Every dream is vivid, as if I have been thrust into another reality for a short moment and forced to live along with the circumstance. Though some are harmless and relatively innocent, there will always be dreams that wake me in the middle of the night with an irreplacable feeling of terror.
This time, I was at a beach house with friends. Though I didn’t bother to look around for anyone else I knew, Carly-my freshman friend-was the only one sitting next to me on the shore while the others swam in the ocean. We were resting back on our hands, letting our legs bask in the tide and laughing at each other’s antics. The sky was clouded, but it was obvious that the faded blue was getting darker, and Carly and I noticed the tide coming in against our legs. We stood and called to the rest that it was time to go in, leading the way into the house.

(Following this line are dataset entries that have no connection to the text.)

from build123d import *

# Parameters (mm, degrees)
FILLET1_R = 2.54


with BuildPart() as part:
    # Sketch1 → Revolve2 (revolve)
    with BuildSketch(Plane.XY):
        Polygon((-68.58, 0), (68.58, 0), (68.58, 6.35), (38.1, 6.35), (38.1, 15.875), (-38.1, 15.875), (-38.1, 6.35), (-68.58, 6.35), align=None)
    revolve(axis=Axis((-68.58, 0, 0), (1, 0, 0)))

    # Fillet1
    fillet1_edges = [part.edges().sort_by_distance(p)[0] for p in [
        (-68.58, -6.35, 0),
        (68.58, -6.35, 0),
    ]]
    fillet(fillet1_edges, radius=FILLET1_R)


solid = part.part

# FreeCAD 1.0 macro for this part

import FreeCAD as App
import Part
import Sketcher
from FreeCAD import Vector
Q = App.Units.Quantity


def edges_at(feature, points):
    """Names of the edges that pass closest to the given points."""
    edges = feature.Shape.Edges
    near = lambda p: min(range(len(edges)), key=lambda i: edges[i].distToShape(Part.Vertex(*p))[0])
    return sorted({f"Edge{near(p) + 1}" for p in points})


def add_polygon(sketch, points):
    """Adds a closed chain of lines whose ends are joined by coincident constraints."""
    first, n = sketch.GeometryCount, len(points)
    for a, b in zip(points, points[1:] + points[:1]):
        sketch.addGeometry(Part.LineSegment(App.Vector(*a, 0), App.Vector(*b, 0)), False)
    for i in range(n):
        sketch.addConstraint(Sketcher.Constraint("Coincident", first + i, 2, first + (i + 1) % n, 1))

doc = App.newDocument("Part")
body = doc.addObject("PartDesign::Body", "Body")

# Sketch on XY plane
sketch1 = body.newObject("Sketcher::SketchObject", "Sketch")
sketch1.AttachmentSupport = (doc.getObject("XY_Plane"), [""])
sketch1.MapMode = "FlatFace"
add_polygon(sketch1, [(-68.58, 0), (68.58, 0), (68.58, 6.35), (38.1, 6.35), (38.1, 15.875), (-38.1, 15.875), (-38.1, 6.35), (-68.58, 6.35)])  # lines 0-7
sketch1.addConstraint(Sketcher.Constraint("Horizontal", 0))
sketch1.addConstraint(Sketcher.Constraint("Vertical", 1))
sketch1.addConstraint(Sketcher.Constraint("Horizontal", 2))
sketch1.addConstraint(Sketcher.Constraint("Vertical", 3))
sketch1.addConstraint(Sketcher.Constraint("Horizontal", 4))
sketch1.addConstraint(Sketcher.Constraint("Vertical", 5))
sketch1.addConstraint(Sketcher.Constraint("Horizontal", 6))
sketch1.addConstraint(Sketcher.Constraint("Vertical", 7))
sketch1.addConstraint(Sketcher.Constraint("Symmetric", 0, 2, 7, 2, -1, 1))
sketch1.addConstraint(Sketcher.Constraint("Symmetric", 2, 2, 5, 2, -2))
sketch1.addConstraint(Sketcher.Constraint("DistanceX", 4, 2, 4, 1, Q("3 in")))
sketch1.addConstraint(Sketcher.Constraint("DistanceX", 0, 1, 0, 2, Q("5.4 in")))
sketch1.addConstraint(Sketcher.Constraint("DistanceY", 1, 1, 1, 2, Q("0.25 in")))
sketch1.addConstraint(Sketcher.Constraint("DistanceY", 3, 1, 3, 2, Q("0.375 in")))
revolution = body.newObject("PartDesign::Revolution", "Revolution")
revolution.Profile = sketch1
revolution.ReferenceAxis = (sketch1, ["H_Axis"])
revolution.Angle = 360
doc.recompute()

fillet = body.newObject("PartDesign::Fillet", "Fillet")
fillet.Base = (revolution, edges_at(revolution, [(-68.58, -6.35, 0), (68.58, -6.35, 0)]))
fillet.Radius = Q("0.1 in")

doc.recompute()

The room we entered was beautiful. Dark green-almost black-marble tiling covered the floor, matching the railing-guarded waterfall in the left corner that had a soft green reflection emitting from the light shining within it. Carly and I stopped in there and waited while everybody poured in, not bothering with the lights since we would be heading on to the living room next anyway. There was a raucous of laughter as the group stumbled their way in and shut the door behind them. A girl reeled into the waterfall’s railing with laughter, her identity hidden by the dark. I watched as she gripped the wood for support then promptly leaned over it and threw up into the water. I didn’t need to smell it to know that it was blood. The guy closest to me was still laughing, but his body was curled into a fetal position on the floor, blood pouring from his nose and mouth. I could hear bodies dropping all around me with fading, gurgling laughter. Restraining from looking at them, I quickly spotted Carly with her blaringly white t-shirt backed into the far right corner. I could sense her shaking even from where I was in the middle of the room, and the both of us knew that we had to turn on the lights to see how bad it really was. Without looking around, I headed straight forward toward the door and stopped. Again I looked at Carly; from the closer distance I could see the horror racking through her in tears. I didn’t want to see through her eyes. I couldn’t look. My finger gently flipped the switch, envoking a sound from her between a scream and a sob. “Oh god,” she said meekly, “They’re not gonna make it.”
I didn’t hesitate for a second after that. I opened the door and I ran. I bolted out of the house with my heart pounding painfully in my chest, half waking my body from the dream. I didn’t know the neighborhood or where I was going. It was the middle of the night and no one was outside. I was running blindly, alone, from a being I couldn’t see or grasp. I wasn’t running from death. I wasn’t running from the vision. I wasn’t running from the blood. I was running from the fear running wildly through my veins like an inextinguishable fire.
And that was it. When I awoke I was alone and frightened in the dark of my room, greeted by the aftermath of a terrible dream.